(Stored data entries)

⟨

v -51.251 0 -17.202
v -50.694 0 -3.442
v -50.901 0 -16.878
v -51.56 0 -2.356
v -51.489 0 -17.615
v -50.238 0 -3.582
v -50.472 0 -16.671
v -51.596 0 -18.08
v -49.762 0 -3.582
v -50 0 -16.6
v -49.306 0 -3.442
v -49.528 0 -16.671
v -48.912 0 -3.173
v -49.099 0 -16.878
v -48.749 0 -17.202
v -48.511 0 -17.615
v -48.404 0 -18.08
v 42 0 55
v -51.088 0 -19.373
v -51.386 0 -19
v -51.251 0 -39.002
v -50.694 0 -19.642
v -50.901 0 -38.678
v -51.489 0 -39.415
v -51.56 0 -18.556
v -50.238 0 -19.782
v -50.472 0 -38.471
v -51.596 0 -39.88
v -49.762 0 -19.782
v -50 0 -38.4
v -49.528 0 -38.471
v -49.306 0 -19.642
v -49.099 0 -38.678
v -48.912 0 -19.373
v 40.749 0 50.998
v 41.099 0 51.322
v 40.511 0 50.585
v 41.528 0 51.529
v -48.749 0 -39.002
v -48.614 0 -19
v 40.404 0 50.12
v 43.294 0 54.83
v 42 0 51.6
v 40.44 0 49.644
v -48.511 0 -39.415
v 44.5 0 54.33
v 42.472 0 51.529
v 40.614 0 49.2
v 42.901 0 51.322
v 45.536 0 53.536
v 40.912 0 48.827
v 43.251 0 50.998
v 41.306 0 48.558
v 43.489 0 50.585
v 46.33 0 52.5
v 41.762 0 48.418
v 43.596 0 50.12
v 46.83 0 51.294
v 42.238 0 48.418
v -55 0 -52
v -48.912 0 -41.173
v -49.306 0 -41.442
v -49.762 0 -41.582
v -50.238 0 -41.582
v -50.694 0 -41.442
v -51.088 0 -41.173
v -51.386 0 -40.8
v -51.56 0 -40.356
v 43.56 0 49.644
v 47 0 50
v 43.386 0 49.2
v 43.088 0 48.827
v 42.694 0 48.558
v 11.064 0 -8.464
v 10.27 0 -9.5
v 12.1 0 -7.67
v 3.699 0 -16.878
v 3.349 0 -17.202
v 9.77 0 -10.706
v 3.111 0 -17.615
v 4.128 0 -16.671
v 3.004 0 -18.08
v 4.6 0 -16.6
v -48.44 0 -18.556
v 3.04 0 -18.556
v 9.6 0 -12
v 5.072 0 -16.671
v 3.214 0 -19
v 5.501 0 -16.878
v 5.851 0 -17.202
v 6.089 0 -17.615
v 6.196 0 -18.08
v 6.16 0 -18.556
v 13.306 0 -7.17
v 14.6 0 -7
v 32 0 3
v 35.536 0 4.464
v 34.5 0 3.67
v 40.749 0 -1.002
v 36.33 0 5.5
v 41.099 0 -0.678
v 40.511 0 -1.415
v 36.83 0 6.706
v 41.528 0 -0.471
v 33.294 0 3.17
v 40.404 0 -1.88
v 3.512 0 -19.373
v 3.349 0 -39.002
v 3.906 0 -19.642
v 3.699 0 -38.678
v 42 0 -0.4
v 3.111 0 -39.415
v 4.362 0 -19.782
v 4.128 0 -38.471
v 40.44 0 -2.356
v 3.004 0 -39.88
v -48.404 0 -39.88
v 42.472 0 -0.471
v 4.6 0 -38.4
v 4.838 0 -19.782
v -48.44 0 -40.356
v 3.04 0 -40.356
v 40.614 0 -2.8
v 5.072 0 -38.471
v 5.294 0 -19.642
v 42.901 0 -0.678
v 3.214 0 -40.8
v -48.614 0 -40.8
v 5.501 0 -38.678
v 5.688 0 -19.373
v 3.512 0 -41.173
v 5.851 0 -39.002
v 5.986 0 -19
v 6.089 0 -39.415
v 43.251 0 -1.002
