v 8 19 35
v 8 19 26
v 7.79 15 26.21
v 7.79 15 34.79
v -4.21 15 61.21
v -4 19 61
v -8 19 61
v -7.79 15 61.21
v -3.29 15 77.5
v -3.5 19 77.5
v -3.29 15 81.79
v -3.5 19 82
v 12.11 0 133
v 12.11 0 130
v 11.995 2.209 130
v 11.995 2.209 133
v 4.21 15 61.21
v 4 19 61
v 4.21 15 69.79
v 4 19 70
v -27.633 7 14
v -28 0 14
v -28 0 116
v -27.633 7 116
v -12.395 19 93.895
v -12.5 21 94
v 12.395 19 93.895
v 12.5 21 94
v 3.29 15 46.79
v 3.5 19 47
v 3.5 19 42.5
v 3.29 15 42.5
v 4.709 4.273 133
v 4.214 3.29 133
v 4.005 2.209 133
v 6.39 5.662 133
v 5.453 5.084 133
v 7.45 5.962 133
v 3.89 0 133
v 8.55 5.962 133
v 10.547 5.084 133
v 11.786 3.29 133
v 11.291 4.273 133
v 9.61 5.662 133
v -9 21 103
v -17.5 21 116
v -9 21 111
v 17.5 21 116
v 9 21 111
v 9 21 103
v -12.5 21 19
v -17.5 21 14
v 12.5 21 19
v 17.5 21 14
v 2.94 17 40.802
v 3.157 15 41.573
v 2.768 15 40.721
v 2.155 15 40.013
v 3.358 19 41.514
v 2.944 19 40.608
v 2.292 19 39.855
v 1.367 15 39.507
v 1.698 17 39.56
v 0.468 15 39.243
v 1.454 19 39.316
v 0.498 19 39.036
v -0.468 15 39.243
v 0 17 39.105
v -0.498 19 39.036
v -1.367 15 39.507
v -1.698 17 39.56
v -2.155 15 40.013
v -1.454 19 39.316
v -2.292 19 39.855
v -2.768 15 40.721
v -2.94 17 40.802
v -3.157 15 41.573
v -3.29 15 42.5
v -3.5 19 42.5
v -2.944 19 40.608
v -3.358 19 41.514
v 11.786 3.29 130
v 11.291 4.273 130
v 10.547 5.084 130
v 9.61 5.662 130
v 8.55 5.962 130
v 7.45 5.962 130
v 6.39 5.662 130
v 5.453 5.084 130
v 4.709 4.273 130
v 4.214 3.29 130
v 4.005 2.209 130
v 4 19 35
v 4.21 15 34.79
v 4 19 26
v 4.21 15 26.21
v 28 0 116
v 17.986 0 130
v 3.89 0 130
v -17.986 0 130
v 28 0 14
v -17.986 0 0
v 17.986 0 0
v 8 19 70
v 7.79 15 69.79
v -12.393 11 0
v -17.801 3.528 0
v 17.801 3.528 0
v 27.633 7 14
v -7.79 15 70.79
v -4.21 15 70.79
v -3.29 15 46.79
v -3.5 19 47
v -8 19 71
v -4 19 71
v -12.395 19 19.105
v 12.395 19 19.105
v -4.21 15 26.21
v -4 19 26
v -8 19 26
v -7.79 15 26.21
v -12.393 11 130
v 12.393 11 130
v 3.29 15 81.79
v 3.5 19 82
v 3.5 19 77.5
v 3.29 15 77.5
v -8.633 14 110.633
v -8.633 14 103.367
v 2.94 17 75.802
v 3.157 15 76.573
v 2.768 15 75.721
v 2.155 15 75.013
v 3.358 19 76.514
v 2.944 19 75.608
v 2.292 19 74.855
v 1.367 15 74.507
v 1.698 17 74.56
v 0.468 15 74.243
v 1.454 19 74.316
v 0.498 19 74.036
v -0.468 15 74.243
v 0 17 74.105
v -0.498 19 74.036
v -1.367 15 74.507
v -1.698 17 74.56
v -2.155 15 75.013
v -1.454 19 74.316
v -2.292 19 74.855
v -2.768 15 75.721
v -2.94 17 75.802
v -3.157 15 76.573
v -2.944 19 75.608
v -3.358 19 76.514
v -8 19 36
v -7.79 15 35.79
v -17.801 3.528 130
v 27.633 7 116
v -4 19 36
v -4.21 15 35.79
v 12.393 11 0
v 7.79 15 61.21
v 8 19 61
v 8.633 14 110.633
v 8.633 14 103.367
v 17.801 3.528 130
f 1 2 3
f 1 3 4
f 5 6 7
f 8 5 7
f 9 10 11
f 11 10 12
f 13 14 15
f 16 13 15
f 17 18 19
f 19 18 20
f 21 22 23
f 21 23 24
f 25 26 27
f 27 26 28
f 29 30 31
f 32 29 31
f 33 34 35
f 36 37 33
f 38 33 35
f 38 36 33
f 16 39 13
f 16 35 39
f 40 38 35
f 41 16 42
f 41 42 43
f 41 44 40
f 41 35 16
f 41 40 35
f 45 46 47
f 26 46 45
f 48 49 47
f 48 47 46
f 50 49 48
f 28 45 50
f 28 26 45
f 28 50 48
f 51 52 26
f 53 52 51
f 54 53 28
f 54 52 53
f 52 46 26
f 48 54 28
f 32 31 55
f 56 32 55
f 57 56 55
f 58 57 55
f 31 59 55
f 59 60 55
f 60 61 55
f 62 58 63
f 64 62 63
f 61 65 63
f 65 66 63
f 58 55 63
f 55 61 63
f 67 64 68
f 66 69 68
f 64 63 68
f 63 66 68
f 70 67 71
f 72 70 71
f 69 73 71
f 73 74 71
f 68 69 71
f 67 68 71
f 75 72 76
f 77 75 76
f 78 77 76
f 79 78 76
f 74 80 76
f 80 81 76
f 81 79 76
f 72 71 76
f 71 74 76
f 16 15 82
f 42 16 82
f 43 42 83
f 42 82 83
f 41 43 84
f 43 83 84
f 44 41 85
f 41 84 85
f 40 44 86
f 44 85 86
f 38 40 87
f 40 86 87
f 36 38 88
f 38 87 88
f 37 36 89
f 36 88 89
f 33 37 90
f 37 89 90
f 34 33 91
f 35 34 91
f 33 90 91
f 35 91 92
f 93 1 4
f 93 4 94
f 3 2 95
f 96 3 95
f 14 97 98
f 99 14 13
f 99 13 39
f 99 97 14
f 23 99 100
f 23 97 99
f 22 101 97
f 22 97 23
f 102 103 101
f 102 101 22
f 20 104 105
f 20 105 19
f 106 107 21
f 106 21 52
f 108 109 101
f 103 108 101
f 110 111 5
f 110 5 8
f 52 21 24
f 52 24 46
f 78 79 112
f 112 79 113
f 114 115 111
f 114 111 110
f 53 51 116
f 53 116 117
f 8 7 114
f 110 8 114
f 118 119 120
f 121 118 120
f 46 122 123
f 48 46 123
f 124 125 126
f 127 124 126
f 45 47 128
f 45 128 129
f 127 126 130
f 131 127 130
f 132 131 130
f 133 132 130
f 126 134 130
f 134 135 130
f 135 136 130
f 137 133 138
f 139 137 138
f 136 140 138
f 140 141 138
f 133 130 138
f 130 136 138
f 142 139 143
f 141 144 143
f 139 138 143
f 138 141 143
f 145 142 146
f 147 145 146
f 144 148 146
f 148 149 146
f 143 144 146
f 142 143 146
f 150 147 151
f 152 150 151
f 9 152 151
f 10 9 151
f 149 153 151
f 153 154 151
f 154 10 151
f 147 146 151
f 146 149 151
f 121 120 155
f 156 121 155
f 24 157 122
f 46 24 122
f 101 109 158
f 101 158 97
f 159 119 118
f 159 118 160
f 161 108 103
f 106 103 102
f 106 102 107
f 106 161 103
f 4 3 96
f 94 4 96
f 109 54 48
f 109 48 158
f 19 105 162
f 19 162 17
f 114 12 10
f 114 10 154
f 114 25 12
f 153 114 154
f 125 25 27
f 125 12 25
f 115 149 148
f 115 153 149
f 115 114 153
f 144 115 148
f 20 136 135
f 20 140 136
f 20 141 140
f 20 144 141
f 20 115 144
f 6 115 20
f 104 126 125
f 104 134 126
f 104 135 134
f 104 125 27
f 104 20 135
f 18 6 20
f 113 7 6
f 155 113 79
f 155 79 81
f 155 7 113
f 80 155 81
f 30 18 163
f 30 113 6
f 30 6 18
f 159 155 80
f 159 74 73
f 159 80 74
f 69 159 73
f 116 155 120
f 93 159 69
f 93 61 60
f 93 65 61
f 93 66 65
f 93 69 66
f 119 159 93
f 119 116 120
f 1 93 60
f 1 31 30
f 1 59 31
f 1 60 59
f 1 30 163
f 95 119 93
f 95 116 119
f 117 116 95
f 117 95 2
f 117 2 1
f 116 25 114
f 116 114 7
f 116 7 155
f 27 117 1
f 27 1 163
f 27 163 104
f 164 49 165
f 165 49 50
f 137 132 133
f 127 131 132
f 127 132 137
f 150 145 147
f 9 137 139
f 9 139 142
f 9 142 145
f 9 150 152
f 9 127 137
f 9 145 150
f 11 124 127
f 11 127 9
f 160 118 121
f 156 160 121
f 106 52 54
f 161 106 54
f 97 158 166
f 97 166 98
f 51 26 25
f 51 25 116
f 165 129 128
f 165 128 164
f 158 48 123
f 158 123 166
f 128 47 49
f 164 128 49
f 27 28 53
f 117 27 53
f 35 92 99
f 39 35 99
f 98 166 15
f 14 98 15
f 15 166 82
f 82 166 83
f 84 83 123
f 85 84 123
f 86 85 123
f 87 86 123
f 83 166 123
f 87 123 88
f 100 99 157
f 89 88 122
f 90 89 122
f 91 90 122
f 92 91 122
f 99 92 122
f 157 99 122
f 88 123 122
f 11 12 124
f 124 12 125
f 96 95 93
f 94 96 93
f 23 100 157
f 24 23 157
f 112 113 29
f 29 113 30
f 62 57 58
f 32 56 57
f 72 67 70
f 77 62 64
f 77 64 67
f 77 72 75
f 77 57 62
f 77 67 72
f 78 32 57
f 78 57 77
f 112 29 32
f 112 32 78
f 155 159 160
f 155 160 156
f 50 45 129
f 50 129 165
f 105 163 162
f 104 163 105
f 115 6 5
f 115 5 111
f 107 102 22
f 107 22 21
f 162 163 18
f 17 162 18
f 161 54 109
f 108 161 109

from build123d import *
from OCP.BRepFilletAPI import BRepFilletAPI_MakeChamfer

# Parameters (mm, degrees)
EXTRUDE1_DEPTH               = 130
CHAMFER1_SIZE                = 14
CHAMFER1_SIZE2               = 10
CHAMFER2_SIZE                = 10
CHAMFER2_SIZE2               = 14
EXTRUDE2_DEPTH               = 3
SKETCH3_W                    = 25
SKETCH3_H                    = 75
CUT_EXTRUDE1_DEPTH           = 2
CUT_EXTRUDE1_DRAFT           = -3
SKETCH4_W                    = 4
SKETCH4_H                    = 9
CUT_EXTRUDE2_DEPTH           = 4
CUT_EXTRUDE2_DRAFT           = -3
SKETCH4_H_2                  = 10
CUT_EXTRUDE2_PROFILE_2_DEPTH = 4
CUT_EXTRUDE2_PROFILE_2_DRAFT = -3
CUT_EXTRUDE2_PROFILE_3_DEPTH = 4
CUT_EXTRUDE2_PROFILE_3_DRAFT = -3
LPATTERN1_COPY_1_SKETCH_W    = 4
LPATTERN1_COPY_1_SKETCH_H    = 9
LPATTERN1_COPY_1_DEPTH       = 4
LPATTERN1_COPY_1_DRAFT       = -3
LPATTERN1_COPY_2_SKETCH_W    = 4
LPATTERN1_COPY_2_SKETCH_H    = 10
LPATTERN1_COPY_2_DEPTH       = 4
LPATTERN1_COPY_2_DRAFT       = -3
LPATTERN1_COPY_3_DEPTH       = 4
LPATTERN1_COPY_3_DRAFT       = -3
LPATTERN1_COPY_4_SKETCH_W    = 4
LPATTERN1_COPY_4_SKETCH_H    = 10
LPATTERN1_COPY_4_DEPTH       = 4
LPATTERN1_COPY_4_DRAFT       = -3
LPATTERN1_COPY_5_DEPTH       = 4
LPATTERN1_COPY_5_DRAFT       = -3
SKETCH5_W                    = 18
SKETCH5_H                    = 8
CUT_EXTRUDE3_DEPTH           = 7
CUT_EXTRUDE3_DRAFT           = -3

⟩

> _Work item_: All that belongs in the answer is the run of lines above from the line containing "f 116 25 114" through the line containing "f 108 161 109", exactly as written.

> _Solution to this problem_:
f 116 25 114
f 116 114 7
f 116 7 155
f 27 117 1
f 27 1 163
f 27 163 104
f 164 49 165
f 165 49 50
f 137 132 133
f 127 131 132
f 127 132 137
f 150 145 147
f 9 137 139
f 9 139 142
f 9 142 145
f 9 150 152
f 9 127 137
f 9 145 150
f 11 124 127
f 11 127 9
f 160 118 121
f 156 160 121
f 106 52 54
f 161 106 54
f 97 158 166
f 97 166 98
f 51 26 25
f 51 25 116
f 165 129 128
f 165 128 164
f 158 48 123
f 158 123 166
f 128 47 49
f 164 128 49
f 27 28 53
f 117 27 53
f 35 92 99
f 39 35 99
f 98 166 15
f 14 98 15
f 15 166 82
f 82 166 83
f 84 83 123
f 85 84 123
f 86 85 123
f 87 86 123
f 83 166 123
f 87 123 88
f 100 99 157
f 89 88 122
f 90 89 122
f 91 90 122
f 92 91 122
f 99 92 122
f 157 99 122
f 88 123 122
f 11 12 124
f 124 12 125
f 96 95 93
f 94 96 93
f 23 100 157
f 24 23 157
f 112 113 29
f 29 113 30
f 62 57 58
f 32 56 57
f 72 67 70
f 77 62 64
f 77 64 67
f 77 72 75
f 77 57 62
f 77 67 72
f 78 32 57
f 78 57 77
f 112 29 32
f 112 32 78
f 155 159 160
f 155 160 156
f 50 45 129
f 50 129 165
f 105 163 162
f 104 163 105
f 115 6 5
f 115 5 111
f 107 102 22
f 107 22 21
f 162 163 18
f 17 162 18
f 161 54 109
f 108 161 109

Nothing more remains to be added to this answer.